## Prompt
Would you write out the records below exactly as given?

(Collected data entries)

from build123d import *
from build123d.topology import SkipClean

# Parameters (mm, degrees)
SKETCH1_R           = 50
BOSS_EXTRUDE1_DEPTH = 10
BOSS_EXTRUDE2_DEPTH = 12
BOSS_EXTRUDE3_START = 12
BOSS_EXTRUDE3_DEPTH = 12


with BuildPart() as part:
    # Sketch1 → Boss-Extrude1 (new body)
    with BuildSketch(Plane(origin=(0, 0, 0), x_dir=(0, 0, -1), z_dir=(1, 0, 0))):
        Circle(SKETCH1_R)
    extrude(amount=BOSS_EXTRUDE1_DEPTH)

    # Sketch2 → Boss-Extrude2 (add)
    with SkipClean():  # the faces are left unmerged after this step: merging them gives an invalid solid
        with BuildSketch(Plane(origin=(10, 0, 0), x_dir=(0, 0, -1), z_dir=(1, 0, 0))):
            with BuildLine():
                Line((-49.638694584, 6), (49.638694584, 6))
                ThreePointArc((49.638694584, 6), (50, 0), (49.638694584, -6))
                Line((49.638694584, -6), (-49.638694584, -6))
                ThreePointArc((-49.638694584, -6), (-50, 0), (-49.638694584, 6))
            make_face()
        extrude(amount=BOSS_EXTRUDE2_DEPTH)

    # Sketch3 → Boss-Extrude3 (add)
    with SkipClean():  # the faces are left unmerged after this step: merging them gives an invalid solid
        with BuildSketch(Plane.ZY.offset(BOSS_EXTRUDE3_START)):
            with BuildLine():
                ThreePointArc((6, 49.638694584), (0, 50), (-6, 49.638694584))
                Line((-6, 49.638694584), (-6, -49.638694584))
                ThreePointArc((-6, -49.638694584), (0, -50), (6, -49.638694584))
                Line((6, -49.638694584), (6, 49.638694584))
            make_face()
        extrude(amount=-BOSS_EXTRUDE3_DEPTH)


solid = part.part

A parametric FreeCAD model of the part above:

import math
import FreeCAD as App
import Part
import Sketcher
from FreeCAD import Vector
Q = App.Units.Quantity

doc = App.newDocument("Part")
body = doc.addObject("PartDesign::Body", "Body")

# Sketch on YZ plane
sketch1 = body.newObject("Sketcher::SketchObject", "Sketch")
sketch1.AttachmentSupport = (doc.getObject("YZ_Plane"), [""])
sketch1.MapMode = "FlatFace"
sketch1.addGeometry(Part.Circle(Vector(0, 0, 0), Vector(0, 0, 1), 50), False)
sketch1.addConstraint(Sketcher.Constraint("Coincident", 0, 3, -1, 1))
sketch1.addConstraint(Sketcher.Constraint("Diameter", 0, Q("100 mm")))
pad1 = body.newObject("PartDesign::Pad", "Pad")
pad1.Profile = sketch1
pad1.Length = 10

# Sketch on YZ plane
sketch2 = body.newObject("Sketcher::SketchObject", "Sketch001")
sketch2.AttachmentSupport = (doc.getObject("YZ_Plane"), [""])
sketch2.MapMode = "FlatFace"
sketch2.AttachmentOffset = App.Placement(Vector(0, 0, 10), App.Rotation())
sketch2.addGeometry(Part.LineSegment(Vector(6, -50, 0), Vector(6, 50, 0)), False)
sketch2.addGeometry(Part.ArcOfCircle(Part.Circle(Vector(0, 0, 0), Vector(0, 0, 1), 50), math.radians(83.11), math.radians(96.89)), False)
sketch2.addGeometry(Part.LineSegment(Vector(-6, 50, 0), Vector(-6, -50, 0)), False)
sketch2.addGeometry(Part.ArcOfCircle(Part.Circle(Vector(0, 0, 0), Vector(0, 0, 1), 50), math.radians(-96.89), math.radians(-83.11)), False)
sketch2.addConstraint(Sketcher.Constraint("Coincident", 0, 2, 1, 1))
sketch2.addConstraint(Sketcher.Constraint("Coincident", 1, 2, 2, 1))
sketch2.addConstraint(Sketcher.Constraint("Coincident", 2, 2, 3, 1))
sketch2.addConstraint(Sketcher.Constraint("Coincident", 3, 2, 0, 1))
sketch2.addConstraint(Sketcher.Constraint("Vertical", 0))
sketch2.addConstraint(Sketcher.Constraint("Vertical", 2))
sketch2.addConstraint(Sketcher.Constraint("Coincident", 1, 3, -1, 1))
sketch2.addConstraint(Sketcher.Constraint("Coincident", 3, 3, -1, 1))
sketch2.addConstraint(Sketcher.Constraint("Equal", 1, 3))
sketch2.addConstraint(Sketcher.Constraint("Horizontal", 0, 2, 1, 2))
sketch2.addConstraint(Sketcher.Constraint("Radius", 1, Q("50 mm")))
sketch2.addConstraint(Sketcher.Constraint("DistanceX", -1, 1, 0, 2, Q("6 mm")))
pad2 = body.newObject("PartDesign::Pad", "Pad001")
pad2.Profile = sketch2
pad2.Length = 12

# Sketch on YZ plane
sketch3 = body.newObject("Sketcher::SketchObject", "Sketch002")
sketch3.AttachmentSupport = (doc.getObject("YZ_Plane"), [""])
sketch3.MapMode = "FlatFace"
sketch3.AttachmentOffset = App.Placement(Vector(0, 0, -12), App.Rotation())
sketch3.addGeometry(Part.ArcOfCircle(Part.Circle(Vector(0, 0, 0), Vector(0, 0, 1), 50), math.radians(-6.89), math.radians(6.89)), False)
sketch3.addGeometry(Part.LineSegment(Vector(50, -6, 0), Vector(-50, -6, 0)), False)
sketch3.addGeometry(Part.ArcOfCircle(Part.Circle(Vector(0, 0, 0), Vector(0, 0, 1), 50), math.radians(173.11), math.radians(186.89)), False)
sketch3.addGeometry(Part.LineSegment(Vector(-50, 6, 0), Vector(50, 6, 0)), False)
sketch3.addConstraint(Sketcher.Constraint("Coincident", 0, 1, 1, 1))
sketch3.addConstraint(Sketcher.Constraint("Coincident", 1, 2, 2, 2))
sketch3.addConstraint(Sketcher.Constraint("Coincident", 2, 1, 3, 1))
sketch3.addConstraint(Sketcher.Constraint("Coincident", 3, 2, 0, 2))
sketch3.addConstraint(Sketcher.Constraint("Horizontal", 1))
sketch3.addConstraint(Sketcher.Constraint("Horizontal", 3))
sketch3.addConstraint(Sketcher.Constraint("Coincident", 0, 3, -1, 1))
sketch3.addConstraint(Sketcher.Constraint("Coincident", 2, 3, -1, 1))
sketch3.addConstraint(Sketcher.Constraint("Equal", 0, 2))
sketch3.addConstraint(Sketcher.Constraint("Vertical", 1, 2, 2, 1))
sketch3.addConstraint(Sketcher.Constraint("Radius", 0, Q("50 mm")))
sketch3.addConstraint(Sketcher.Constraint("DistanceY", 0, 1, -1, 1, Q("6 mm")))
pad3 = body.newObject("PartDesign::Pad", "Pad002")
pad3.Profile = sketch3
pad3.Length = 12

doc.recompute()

## Finished exercise
from build123d import *
from build123d.topology import SkipClean

# Parameters (mm, degrees)
SKETCH1_R           = 50
BOSS_EXTRUDE1_DEPTH = 10
BOSS_EXTRUDE2_DEPTH = 12
BOSS_EXTRUDE3_START = 12
BOSS_EXTRUDE3_DEPTH = 12


with BuildPart() as part:
    # Sketch1 → Boss-Extrude1 (new body)
    with BuildSketch(Plane(origin=(0, 0, 0), x_dir=(0, 0, -1), z_dir=(1, 0, 0))):
        Circle(SKETCH1_R)
    extrude(amount=BOSS_EXTRUDE1_DEPTH)

    # Sketch2 → Boss-Extrude2 (add)
    with SkipClean():  # the faces are left unmerged after this step: merging them gives an invalid solid
        with BuildSketch(Plane(origin=(10, 0, 0), x_dir=(0, 0, -1), z_dir=(1, 0, 0))):
            with BuildLine():
                Line((-49.638694584, 6), (49.638694584, 6))
                ThreePointArc((49.638694584, 6), (50, 0), (49.638694584, -6))
                Line((49.638694584, -6), (-49.638694584, -6))
                ThreePointArc((-49.638694584, -6), (-50, 0), (-49.638694584, 6))
            make_face()
        extrude(amount=BOSS_EXTRUDE2_DEPTH)

    # Sketch3 → Boss-Extrude3 (add)
    with SkipClean():  # the faces are left unmerged after this step: merging them gives an invalid solid
        with BuildSketch(Plane.ZY.offset(BOSS_EXTRUDE3_START)):
            with BuildLine():
                ThreePointArc((6, 49.638694584), (0, 50), (-6, 49.638694584))
                Line((-6, 49.638694584), (-6, -49.638694584))
                ThreePointArc((-6, -49.638694584), (0, -50), (6, -49.638694584))
                Line((6, -49.638694584), (6, 49.638694584))
            make_face()
        extrude(amount=-BOSS_EXTRUDE3_DEPTH)


solid = part.part

A parametric FreeCAD model of the part above:

import math
import FreeCAD as App
import Part
import Sketcher
from FreeCAD import Vector
Q = App.Units.Quantity

doc = App.newDocument("Part")
body = doc.addObject("PartDesign::Body", "Body")

# Sketch on YZ plane
sketch1 = body.newObject("Sketcher::SketchObject", "Sketch")
sketch1.AttachmentSupport = (doc.getObject("YZ_Plane"), [""])
sketch1.MapMode = "FlatFace"
sketch1.addGeometry(Part.Circle(Vector(0, 0, 0), Vector(0, 0, 1), 50), False)
sketch1.addConstraint(Sketcher.Constraint("Coincident", 0, 3, -1, 1))
sketch1.addConstraint(Sketcher.Constraint("Diameter", 0, Q("100 mm")))
pad1 = body.newObject("PartDesign::Pad", "Pad")
pad1.Profile = sketch1
pad1.Length = 10

# Sketch on YZ plane
sketch2 = body.newObject("Sketcher::SketchObject", "Sketch001")
sketch2.AttachmentSupport = (doc.getObject("YZ_Plane"), [""])
sketch2.MapMode = "FlatFace"
sketch2.AttachmentOffset = App.Placement(Vector(0, 0, 10), App.Rotation())
sketch2.addGeometry(Part.LineSegment(Vector(6, -50, 0), Vector(6, 50, 0)), False)
sketch2.addGeometry(Part.ArcOfCircle(Part.Circle(Vector(0, 0, 0), Vector(0, 0, 1), 50), math.radians(83.11), math.radians(96.89)), False)
sketch2.addGeometry(Part.LineSegment(Vector(-6, 50, 0), Vector(-6, -50, 0)), False)
sketch2.addGeometry(Part.ArcOfCircle(Part.Circle(Vector(0, 0, 0), Vector(0, 0, 1), 50), math.radians(-96.89), math.radians(-83.11)), False)
sketch2.addConstraint(Sketcher.Constraint("Coincident", 0, 2, 1, 1))
sketch2.addConstraint(Sketcher.Constraint("Coincident", 1, 2, 2, 1))
sketch2.addConstraint(Sketcher.Constraint("Coincident", 2, 2, 3, 1))
sketch2.addConstraint(Sketcher.Constraint("Coincident", 3, 2, 0, 1))
sketch2.addConstraint(Sketcher.Constraint("Vertical", 0))
sketch2.addConstraint(Sketcher.Constraint("Vertical", 2))
sketch2.addConstraint(Sketcher.Constraint("Coincident", 1, 3, -1, 1))
sketch2.addConstraint(Sketcher.Constraint("Coincident", 3, 3, -1, 1))
sketch2.addConstraint(Sketcher.Constraint("Equal", 1, 3))
sketch2.addConstraint(Sketcher.Constraint("Horizontal", 0, 2, 1, 2))
sketch2.addConstraint(Sketcher.Constraint("Radius", 1, Q("50 mm")))
sketch2.addConstraint(Sketcher.Constraint("DistanceX", -1, 1, 0, 2, Q("6 mm")))
pad2 = body.newObject("PartDesign::Pad", "Pad001")
pad2.Profile = sketch2
pad2.Length = 12

# Sketch on YZ plane
sketch3 = body.newObject("Sketcher::SketchObject", "Sketch002")
sketch3.AttachmentSupport = (doc.getObject("YZ_Plane"), [""])
sketch3.MapMode = "FlatFace"
sketch3.AttachmentOffset = App.Placement(Vector(0, 0, -12), App.Rotation())
sketch3.addGeometry(Part.ArcOfCircle(Part.Circle(Vector(0, 0, 0), Vector(0, 0, 1), 50), math.radians(-6.89), math.radians(6.89)), False)
sketch3.addGeometry(Part.LineSegment(Vector(50, -6, 0), Vector(-50, -6, 0)), False)
sketch3.addGeometry(Part.ArcOfCircle(Part.Circle(Vector(0, 0, 0), Vector(0, 0, 1), 50), math.radians(173.11), math.radians(186.89)), False)
sketch3.addGeometry(Part.LineSegment(Vector(-50, 6, 0), Vector(50, 6, 0)), False)
sketch3.addConstraint(Sketcher.Constraint("Coincident", 0, 1, 1, 1))
sketch3.addConstraint(Sketcher.Constraint("Coincident", 1, 2, 2, 2))
sketch3.addConstraint(Sketcher.Constraint("Coincident", 2, 1, 3, 1))
sketch3.addConstraint(Sketcher.Constraint("Coincident", 3, 2, 0, 2))
sketch3.addConstraint(Sketcher.Constraint("Horizontal", 1))
sketch3.addConstraint(Sketcher.Constraint("Horizontal", 3))
sketch3.addConstraint(Sketcher.Constraint("Coincident", 0, 3, -1, 1))
sketch3.addConstraint(Sketcher.Constraint("Coincident", 2, 3, -1, 1))
sketch3.addConstraint(Sketcher.Constraint("Equal", 0, 2))
sketch3.addConstraint(Sketcher.Constraint("Vertical", 1, 2, 2, 1))
sketch3.addConstraint(Sketcher.Constraint("Radius", 0, Q("50 mm")))
sketch3.addConstraint(Sketcher.Constraint("DistanceY", 0, 1, -1, 1, Q("6 mm")))
pad3 = body.newObject("PartDesign::Pad", "Pad002")
pad3.Profile = sketch3
pad3.Length = 12

doc.recompute()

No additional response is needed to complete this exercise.